Application of Haar Wavelet De-noising with Cross Correlation and Neighboring Coefficients to the Bearing Faults Prognosis

Rolling bearings are important moving parts of the transmission system in a helicopter. Rolling bearings are prone to failure due to poor working conditions, and the fault diagnosis of these parts is difficult. For rolling bearings, periodic impulses indicate that faults exist in the components. These impulsive features at the early stage are weak and immersed in heavy noise. The features can be distinguished through wavelet de-noising. However, existing wavelet threshold de-noising methods may not extract the feature available due to the limitation in adjacent scale information, and conventional term-by-term thresholding ignores the effect of neighboring coefficients. A new approach for wavelet threshold de-noising is presented in this paper. First, a wavelet transform domain cross-correlation filter is constructed following the theories of wavelet correlation analysis.

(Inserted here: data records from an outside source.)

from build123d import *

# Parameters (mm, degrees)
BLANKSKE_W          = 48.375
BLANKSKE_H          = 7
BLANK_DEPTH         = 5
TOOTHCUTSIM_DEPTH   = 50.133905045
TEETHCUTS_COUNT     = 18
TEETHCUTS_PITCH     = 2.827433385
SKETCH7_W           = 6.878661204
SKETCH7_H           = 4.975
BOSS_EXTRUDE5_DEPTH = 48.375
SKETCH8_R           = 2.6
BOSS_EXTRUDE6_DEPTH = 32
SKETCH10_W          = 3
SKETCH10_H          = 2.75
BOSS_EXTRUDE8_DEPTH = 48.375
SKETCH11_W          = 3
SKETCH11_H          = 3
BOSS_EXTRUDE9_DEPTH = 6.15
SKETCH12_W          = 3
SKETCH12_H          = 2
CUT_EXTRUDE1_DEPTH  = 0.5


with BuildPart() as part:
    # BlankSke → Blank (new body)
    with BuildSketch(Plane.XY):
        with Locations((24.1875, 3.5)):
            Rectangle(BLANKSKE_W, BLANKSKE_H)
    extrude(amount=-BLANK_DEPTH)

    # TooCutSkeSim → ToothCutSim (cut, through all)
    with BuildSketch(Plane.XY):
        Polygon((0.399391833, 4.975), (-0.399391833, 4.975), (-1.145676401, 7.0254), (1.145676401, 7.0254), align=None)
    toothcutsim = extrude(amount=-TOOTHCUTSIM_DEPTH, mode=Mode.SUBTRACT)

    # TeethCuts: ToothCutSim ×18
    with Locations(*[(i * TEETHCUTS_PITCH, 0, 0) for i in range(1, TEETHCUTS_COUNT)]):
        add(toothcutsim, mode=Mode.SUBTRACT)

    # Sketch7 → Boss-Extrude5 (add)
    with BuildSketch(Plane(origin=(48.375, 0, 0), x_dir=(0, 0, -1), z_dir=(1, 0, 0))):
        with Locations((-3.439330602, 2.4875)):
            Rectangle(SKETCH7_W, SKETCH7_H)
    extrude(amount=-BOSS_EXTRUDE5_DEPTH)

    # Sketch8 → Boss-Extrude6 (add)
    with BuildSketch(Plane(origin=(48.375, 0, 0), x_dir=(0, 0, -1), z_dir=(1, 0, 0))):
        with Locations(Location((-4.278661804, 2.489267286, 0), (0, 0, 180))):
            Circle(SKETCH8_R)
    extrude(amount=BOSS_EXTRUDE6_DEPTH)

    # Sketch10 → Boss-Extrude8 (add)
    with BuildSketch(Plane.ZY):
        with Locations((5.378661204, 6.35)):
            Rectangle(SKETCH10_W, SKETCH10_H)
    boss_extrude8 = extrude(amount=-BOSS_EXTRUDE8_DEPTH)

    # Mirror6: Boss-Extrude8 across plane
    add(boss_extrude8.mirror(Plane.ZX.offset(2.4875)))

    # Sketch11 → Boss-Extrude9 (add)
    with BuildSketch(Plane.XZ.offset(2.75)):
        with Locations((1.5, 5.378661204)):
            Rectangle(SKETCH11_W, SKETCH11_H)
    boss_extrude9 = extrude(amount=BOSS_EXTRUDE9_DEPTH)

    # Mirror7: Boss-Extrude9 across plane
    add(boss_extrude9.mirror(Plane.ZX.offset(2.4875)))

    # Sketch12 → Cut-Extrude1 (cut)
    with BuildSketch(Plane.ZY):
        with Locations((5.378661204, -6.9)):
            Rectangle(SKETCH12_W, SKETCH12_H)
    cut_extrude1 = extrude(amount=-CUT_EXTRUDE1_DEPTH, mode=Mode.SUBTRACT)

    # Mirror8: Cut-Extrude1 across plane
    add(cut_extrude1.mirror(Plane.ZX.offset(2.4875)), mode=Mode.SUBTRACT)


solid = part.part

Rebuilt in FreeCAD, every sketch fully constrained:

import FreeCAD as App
import Part
import Sketcher

V = App.Vector
Q = App.Units.Quantity

doc = App.newDocument("Part")
body = doc.addObject("PartDesign::Body", "Body")

sketch1 = body.newObject("Sketcher::SketchObject", "Sketch")
sketch1.AttachmentSupport = (doc.getObject("XY_Plane"), [""])
sketch1.MapMode = "FlatFace"
sketch1.addGeometry(Part.LineSegment(V(0, 7, 0), V(0, 0, 0)), False)
sketch1.addGeometry(Part.LineSegment(V(0, 0, 0), V(48, 0, 0)), False)
sketch1.addGeometry(Part.LineSegment(V(48, 0, 0), V(48, 7, 0)), False)
sketch1.addGeometry(Part.LineSegment(V(48, 7, 0), V(0, 7, 0)), False)
sketch1.addConstraint(Sketcher.Constraint("Coincident", 0, 2, 1, 1))
sketch1.addConstraint(Sketcher.Constraint("Coincident", 1, 2, 2, 1))
sketch1.addConstraint(Sketcher.Constraint("Coincident", 2, 2, 3, 1))
sketch1.addConstraint(Sketcher.Constraint("Coincident", 3, 2, 0, 1))
sketch1.addConstraint(Sketcher.Constraint("Vertical", 0))
sketch1.addConstraint(Sketcher.Constraint("Horizontal", 1))
sketch1.addConstraint(Sketcher.Constraint("Vertical", 2))
sketch1.addConstraint(Sketcher.Constraint("Horizontal", 3))
sketch1.addConstraint(Sketcher.Constraint("Coincident", 0, 2, -1, 1))
sketch1.addConstraint(Sketcher.Constraint("DistanceY", 0, 2, 0, 1, 7.0))
sketch1.addConstraint(Sketcher.Constraint("DistanceX", 1, 1, 1, 2, 48.375))
pad1 = body.newObject("PartDesign::Pad", "Pad")
pad1.Profile = sketch1
pad1.Length = 5
pad1.Reversed = True

sketch2 = body.newObject("Sketcher::SketchObject", "Sketch001")
sketch2.AttachmentSupport = (doc.getObject("XY_Plane"), [""])
sketch2.MapMode = "FlatFace"
sketch2.addGeometry(Part.LineSegment(V(-0.4, 5, 0), V(0.4, 5, 0)), False)
sketch2.addGeometry(Part.LineSegment(V(0.4, 5, 0), V(1.1, 7, 0)), False)
sketch2.addGeometry(Part.LineSegment(V(1.1, 7, 0), V(-1.1, 7, 0)), False)
sketch2.addGeometry(Part.LineSegment(V(-1.1, 7, 0), V(-0.4, 5, 0)), False)
sketch2.addConstraint(Sketcher.Constraint("Coincident", 0, 2, 1, 1))
sketch2.addConstraint(Sketcher.Constraint("Coincident", 1, 2, 2, 1))
sketch2.addConstraint(Sketcher.Constraint("Coincident", 2, 2, 3, 1))
sketch2.addConstraint(Sketcher.Constraint("Coincident", 3, 2, 0, 1))
sketch2.addConstraint(Sketcher.Constraint("Horizontal", 0))
sketch2.addConstraint(Sketcher.Constraint("Horizontal", 2))
sketch2.addConstraint(Sketcher.Constraint("Equal", 1, 3))
sketch2.addConstraint(Sketcher.Constraint("Angle", 1, Q("70 deg")))
sketch2.addConstraint(Sketcher.Constraint("DistanceY", -1, 1, 0, 2, 4.975))
sketch2.addConstraint(Sketcher.Constraint("DistanceY", -1, 1, 1, 2, 7.0254))
sketch2.addConstraint(Sketcher.Constraint("DistanceX", 0, 1, 0, 2, 0.798784))
sketch2.addConstraint(Sketcher.Constraint("DistanceX", -1, 1, 0, 2, 0.399392))
pocket1 = body.newObject("PartDesign::Pocket", "Pocket")
pocket1.Profile = sketch2
pocket1.Type = "ThroughAll"
doc.recompute()

linearpattern = body.newObject("PartDesign::LinearPattern", "LinearPattern")
linearpattern.Originals = [pocket1]
linearpattern.Direction = (doc.getObject("X_Axis"), [""])
linearpattern.Mode = "offset"
linearpattern.Offset = 2.827433
linearpattern.Occurrences = 18
body.Tip = linearpattern

sketch3 = body.newObject("Sketcher::SketchObject", "Sketch002")
sketch3.AttachmentSupport = (doc.getObject("YZ_Plane"), [""])
sketch3.MapMode = "FlatFace"
sketch3.AttachmentOffset = App.Placement(V(0, 0, 48.375), App.Rotation())
sketch3.addGeometry(Part.LineSegment(V(5, 6.9, 0), V(0, 6.9, 0)), False)
sketch3.addGeometry(Part.LineSegment(V(0, 6.9, 0), V(0, 0, 0)), False)
sketch3.addGeometry(Part.LineSegment(V(0, 0, 0), V(5, 0, 0)), False)
sketch3.addGeometry(Part.LineSegment(V(5, 0, 0), V(5, 6.9, 0)), False)
sketch3.addConstraint(Sketcher.Constraint("Coincident", 0, 2, 1, 1))
sketch3.addConstraint(Sketcher.Constraint("Coincident", 1, 2, 2, 1))
sketch3.addConstraint(Sketcher.Constraint("Coincident", 2, 2, 3, 1))
sketch3.addConstraint(Sketcher.Constraint("Coincident", 3, 2, 0, 1))
sketch3.addConstraint(Sketcher.Constraint("Horizontal", 0))
sketch3.addConstraint(Sketcher.Constraint("Vertical", 1))
sketch3.addConstraint(Sketcher.Constraint("Horizontal", 2))
sketch3.addConstraint(Sketcher.Constraint("Vertical", 3))
sketch3.addConstraint(Sketcher.Constraint("Coincident", 1, 2, -1, 1))
sketch3.addConstraint(Sketcher.Constraint("DistanceX", 0, 2, 0, 1, 4.975))
sketch3.addConstraint(Sketcher.Constraint("DistanceY", 1, 2, 1, 1, 6.878661))
pad2 = body.newObject("PartDesign::Pad", "Pad001")
pad2.Profile = sketch3
pad2.Length = 48.375
pad2.Reversed = True

sketch4 = body.newObject("Sketcher::SketchObject", "Sketch003")
sketch4.AttachmentSupport = (doc.getObject("YZ_Plane"), [""])
sketch4.MapMode = "FlatFace"
sketch4.AttachmentOffset = App.Placement(V(0, 0, 48.375), App.Rotation())
sketch4.addGeometry(Part.Circle(V(2.5, 4.3, 0), V(0, 0, 1), 2.6), False)
sketch4.addConstraint(Sketcher.Constraint("Diameter", 0, 5.2))
sketch4.addConstraint(Sketcher.Constraint("DistanceY", -1, 1, 0, 3, 4.278662))
sketch4.addConstraint(Sketcher.Constraint("DistanceX", -1, 1, 0, 3, 2.489267))
pad3 = body.newObject("PartDesign::Pad", "Pad002")
pad3.Profile = sketch4
pad3.Length = 32

sketch5 = body.newObject("Sketcher::SketchObject", "Sketch004")
sketch5.AttachmentSupport = (doc.getObject("YZ_Plane"), [""])
sketch5.MapMode = "FlatFace"
sketch5.addGeometry(Part.LineSegment(V(7.7, 3.9, 0), V(5, 3.9, 0)), False)
sketch5.addGeometry(Part.LineSegment(V(5, 3.9, 0), V(5, 6.9, 0)), False)
sketch5.addGeometry(Part.LineSegment(V(5, 6.9, 0), V(7.7, 6.9, 0)), False)
sketch5.addGeometry(Part.LineSegment(V(7.7, 6.9, 0), V(7.7, 3.9, 0)), False)
sketch5.addConstraint(Sketcher.Constraint("Coincident", 0, 2, 1, 1))
sketch5.addConstraint(Sketcher.Constraint("Coincident", 1, 2, 2, 1))
sketch5.addConstraint(Sketcher.Constraint("Coincident", 2, 2, 3, 1))
sketch5.addConstraint(Sketcher.Constraint("Coincident", 3, 2, 0, 1))
sketch5.addConstraint(Sketcher.Constraint("Horizontal", 0))
sketch5.addConstraint(Sketcher.Constraint("Vertical", 1))
sketch5.addConstraint(Sketcher.Constraint("Horizontal", 2))
sketch5.addConstraint(Sketcher.Constraint("Vertical", 3))
sketch5.addConstraint(Sketcher.Constraint("DistanceY", 1, 1, 1, 2, 3.0))
sketch5.addConstraint(Sketcher.Constraint("DistanceX", 0, 2, 0, 1, 2.75))
sketch5.addConstraint(Sketcher.Constraint("DistanceX", -1, 1, 0, 2, 4.975))
sketch5.addConstraint(Sketcher.Constraint("DistanceY", -1, 1, 0, 2, 3.878661))
pad4 = body.newObject("PartDesign::Pad", "Pad003")
pad4.Profile = sketch5
pad4.Length = 48.375
doc.recompute()

datumplane = body.newObject("PartDesign::Plane", "DatumPlane")
datumplane.AttachmentSupport = (doc.getObject("XZ_Plane"), [""])
datumplane.MapMode = "FlatFace"
datumplane.AttachmentOffset = App.Placement(V(0, 0, -2.4875), App.Rotation())
mirrored = body.newObject("PartDesign::Mirrored", "Mirrored")
mirrored.Originals = [pad4]
mirrored.MirrorPlane = (datumplane, [""])
body.Tip = mirrored

sketch6 = body.newObject("Sketcher::SketchObject", "Sketch005")
sketch6.AttachmentSupport = (doc.getObject("XZ_Plane"), [""])
sketch6.MapMode = "FlatFace"
sketch6.AttachmentOffset = App.Placement(V(0, 0, 2.75), App.Rotation())
sketch6.addGeometry(Part.LineSegment(V(0, 6.9, 0), V(0, 3.9, 0)), False)
sketch6.addGeometry(Part.LineSegment(V(0, 3.9, 0), V(3, 3.9, 0)), False)
sketch6.addGeometry(Part.LineSegment(V(3, 3.9, 0), V(3, 6.9, 0)), False)
sketch6.addGeometry(Part.LineSegment(V(3, 6.9, 0), V(0, 6.9, 0)), False)
sketch6.addConstraint(Sketcher.Constraint("Coincident", 0, 2, 1, 1))
sketch6.addConstraint(Sketcher.Constraint("Coincident", 1, 2, 2, 1))
sketch6.addConstraint(Sketcher.Constraint("Coincident", 2, 2, 3, 1))
sketch6.addConstraint(Sketcher.Constraint("Coincident", 3, 2, 0, 1))
sketch6.addConstraint(Sketcher.Constraint("Vertical", 0))
sketch6.addConstraint(Sketcher.Constraint("Horizontal", 1))
sketch6.addConstraint(Sketcher.Constraint("Vertical", 2))
sketch6.addConstraint(Sketcher.Constraint("Horizontal", 3))
sketch6.addConstraint(Sketcher.Constraint("PointOnObject", 0, 2, -2))
sketch6.addConstraint(Sketcher.Constraint("Equal", 3, 0))
sketch6.addConstraint(Sketcher.Constraint("DistanceX", 1, 1, 1, 2, 3.0))
sketch6.addConstraint(Sketcher.Constraint("DistanceY", -1, 1, 0, 2, 3.878661))
pad5 = body.newObject("PartDesign::Pad", "Pad004")
pad5.Profile = sketch6
pad5.Length = 6.15
doc.recompute()

datumplane2 = body.newObject("PartDesign::Plane", "DatumPlane001")
datumplane2.AttachmentSupport = (doc.getObject("XZ_Plane"), [""])
datumplane2.MapMode = "FlatFace"
datumplane2.AttachmentOffset = App.Placement(V(0, 0, -2.4875), App.Rotation())
mirrored2 = body.newObject("PartDesign::Mirrored", "Mirrored001")
mirrored2.Originals = [pad5]
mirrored2.MirrorPlane = (datumplane2, [""])
body.Tip = mirrored2

sketch7 = body.newObject("Sketcher::SketchObject", "Sketch006")
sketch7.AttachmentSupport = (doc.getObject("YZ_Plane"), [""])
sketch7.MapMode = "FlatFace"
sketch7.addGeometry(Part.LineSegment(V(-5.9, 3.9, 0), V(-7.9, 3.9, 0)), False)
sketch7.addGeometry(Part.LineSegment(V(-7.9, 3.9, 0), V(-7.9, 6.9, 0)), False)
sketch7.addGeometry(Part.LineSegment(V(-7.9, 6.9, 0), V(-5.9, 6.9, 0)), False)
sketch7.addGeometry(Part.LineSegment(V(-5.9, 6.9, 0), V(-5.9, 3.9, 0)), False)
sketch7.addConstraint(Sketcher.Constraint("Coincident", 0, 2, 1, 1))
sketch7.addConstraint(Sketcher.Constraint("Coincident", 1, 2, 2, 1))
sketch7.addConstraint(Sketcher.Constraint("Coincident", 2, 2, 3, 1))
sketch7.addConstraint(Sketcher.Constraint("Coincident", 3, 2, 0, 1))
sketch7.addConstraint(Sketcher.Constraint("Horizontal", 0))
sketch7.addConstraint(Sketcher.Constraint("Vertical", 1))
sketch7.addConstraint(Sketcher.Constraint("Horizontal", 2))
sketch7.addConstraint(Sketcher.Constraint("Vertical", 3))
sketch7.addConstraint(Sketcher.Constraint("DistanceX", 0, 2, 0, 1, 2.0))
sketch7.addConstraint(Sketcher.Constraint("DistanceY", 1, 1, 1, 2, 3.0))
sketch7.addConstraint(Sketcher.Constraint("DistanceX", 0, 2, -1, 1, 7.9))
sketch7.addConstraint(Sketcher.Constraint("DistanceY", -1, 1, 0, 2, 3.878661))
pocket2 = body.newObject("PartDesign::Pocket", "Pocket001")
pocket2.Profile = sketch7
pocket2.Length = 0.5
pocket2.Reversed = True
doc.recompute()

datumplane3 = body.newObject("PartDesign::Plane", "DatumPlane002")
datumplane3.AttachmentSupport = (doc.getObject("XZ_Plane"), [""])
datumplane3.MapMode = "FlatFace"
datumplane3.AttachmentOffset = App.Placement(V(0, 0, -2.4875), App.Rotation())
mirrored3 = body.newObject("PartDesign::Mirrored", "Mirrored002")
mirrored3.Originals = [pocket2]
mirrored3.MirrorPlane = (datumplane3, [""])
body.Tip = mirrored3

doc.recompute()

Then, a novel method for de-noising is proposed, which uses not only the Haar wavelet cross-correlation as the basic estimation to match the impulse but also the neighboring coefficient shrinkage strategy to further enhance the impulsive features and suppress residual noise. Analysis results show that the proposed approach outperforms the soft- and hard-thresholding methods in terms of the combined criterion. It also compares favorably to the other wavelet method for signals with low kurtosis or low signal-to-noise ratio. Bearing fault prognosis results verify the effectiveness of the proposed approach in extracting impulsive features from noisy signals.